** ACTION ITEM **
Only the lines below between the ones containing "f 766 661 659" and "height in mm of the holder", inclusive, are to be reproduced, each exactly as it stands.

Start of DATA EXTRACT

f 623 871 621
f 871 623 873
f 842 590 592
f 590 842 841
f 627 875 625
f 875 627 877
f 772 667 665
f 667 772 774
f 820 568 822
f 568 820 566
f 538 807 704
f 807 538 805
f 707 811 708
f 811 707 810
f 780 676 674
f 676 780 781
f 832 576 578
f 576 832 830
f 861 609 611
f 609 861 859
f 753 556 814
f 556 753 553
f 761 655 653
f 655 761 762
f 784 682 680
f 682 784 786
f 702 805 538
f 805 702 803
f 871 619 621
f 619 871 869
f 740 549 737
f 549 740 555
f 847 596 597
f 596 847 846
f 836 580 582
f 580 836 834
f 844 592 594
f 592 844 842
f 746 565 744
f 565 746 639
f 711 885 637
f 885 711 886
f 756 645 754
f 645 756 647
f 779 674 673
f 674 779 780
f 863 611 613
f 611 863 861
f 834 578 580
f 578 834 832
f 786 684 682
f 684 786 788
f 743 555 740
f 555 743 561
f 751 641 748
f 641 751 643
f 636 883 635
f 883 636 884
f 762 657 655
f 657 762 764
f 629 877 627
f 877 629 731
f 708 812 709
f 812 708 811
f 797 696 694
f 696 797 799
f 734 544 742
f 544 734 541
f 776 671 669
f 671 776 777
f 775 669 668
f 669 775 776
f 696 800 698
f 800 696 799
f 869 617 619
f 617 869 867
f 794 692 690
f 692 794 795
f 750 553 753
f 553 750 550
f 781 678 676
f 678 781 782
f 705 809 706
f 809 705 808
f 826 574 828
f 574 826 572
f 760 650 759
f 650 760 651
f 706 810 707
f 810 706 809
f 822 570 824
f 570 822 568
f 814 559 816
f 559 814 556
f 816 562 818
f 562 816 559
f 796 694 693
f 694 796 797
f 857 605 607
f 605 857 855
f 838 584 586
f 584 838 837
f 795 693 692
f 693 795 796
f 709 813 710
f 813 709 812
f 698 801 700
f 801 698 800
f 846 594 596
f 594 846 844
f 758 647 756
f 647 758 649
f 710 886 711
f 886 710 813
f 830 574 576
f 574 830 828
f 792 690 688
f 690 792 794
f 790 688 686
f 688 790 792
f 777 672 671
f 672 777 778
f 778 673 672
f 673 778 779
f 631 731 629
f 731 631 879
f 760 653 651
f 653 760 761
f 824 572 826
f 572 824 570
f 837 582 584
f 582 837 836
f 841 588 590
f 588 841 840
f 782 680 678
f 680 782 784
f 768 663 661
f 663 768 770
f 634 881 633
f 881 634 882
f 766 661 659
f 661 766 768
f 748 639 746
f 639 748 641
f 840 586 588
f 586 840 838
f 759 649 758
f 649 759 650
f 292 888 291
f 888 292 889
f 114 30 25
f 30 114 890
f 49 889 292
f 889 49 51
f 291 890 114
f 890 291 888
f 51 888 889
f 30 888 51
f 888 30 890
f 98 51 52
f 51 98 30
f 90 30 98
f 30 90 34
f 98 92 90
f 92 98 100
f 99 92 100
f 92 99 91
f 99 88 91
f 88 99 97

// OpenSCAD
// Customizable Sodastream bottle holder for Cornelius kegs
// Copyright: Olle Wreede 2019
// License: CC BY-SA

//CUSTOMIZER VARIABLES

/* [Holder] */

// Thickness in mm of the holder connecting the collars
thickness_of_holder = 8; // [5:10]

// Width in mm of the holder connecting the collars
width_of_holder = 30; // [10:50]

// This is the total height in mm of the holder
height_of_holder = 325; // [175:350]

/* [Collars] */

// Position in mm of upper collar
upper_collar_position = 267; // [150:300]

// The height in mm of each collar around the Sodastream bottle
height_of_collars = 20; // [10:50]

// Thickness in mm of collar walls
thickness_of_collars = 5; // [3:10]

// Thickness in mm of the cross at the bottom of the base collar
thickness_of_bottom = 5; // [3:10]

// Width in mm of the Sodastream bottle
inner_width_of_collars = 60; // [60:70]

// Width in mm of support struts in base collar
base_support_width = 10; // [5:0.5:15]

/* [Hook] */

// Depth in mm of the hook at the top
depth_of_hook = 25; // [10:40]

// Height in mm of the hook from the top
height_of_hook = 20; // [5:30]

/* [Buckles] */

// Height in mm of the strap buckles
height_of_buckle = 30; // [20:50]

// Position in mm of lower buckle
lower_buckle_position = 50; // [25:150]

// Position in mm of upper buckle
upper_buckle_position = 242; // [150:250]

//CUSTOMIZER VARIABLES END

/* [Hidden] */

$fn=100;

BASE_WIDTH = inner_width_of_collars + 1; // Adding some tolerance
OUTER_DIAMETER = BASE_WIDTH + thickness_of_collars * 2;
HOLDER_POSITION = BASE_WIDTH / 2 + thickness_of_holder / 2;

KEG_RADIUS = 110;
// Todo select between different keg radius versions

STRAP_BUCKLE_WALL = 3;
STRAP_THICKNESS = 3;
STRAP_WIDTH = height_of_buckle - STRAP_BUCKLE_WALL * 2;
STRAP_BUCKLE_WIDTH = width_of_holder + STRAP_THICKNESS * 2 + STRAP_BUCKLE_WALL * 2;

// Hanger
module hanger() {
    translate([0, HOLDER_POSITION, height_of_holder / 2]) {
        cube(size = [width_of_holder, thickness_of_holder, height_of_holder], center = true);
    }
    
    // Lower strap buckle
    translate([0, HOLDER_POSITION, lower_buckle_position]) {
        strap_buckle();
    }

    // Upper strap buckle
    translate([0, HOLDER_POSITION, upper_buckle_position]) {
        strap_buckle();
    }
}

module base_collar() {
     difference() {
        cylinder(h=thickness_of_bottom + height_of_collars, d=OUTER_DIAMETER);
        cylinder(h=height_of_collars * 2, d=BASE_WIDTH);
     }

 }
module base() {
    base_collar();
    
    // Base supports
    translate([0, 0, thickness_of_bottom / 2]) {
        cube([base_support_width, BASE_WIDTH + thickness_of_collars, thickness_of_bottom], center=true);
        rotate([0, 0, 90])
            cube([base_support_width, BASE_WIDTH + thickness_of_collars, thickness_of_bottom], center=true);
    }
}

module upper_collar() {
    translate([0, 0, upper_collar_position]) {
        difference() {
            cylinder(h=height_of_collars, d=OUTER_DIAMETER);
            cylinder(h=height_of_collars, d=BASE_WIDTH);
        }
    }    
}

End of DATA EXTRACT

** RESULT **
f 766 661 659
f 661 766 768
f 748 639 746
f 639 748 641
f 840 586 588
f 586 840 838
f 759 649 758
f 649 759 650
f 292 888 291
f 888 292 889
f 114 30 25
f 30 114 890
f 49 889 292
f 889 49 51
f 291 890 114
f 890 291 888
f 51 888 889
f 30 888 51
f 888 30 890
f 98 51 52
f 51 98 30
f 90 30 98
f 30 90 34
f 98 92 90
f 92 98 100
f 99 92 100
f 92 99 91
f 99 88 91
f 88 99 97

// OpenSCAD
// Customizable Sodastream bottle holder for Cornelius kegs
// Copyright: Olle Wreede 2019
// License: CC BY-SA

//CUSTOMIZER VARIABLES

/* [Holder] */

// Thickness in mm of the holder connecting the collars
thickness_of_holder = 8; // [5:10]

// Width in mm of the holder connecting the collars
width_of_holder = 30; // [10:50]

// This is the total height in mm of the holder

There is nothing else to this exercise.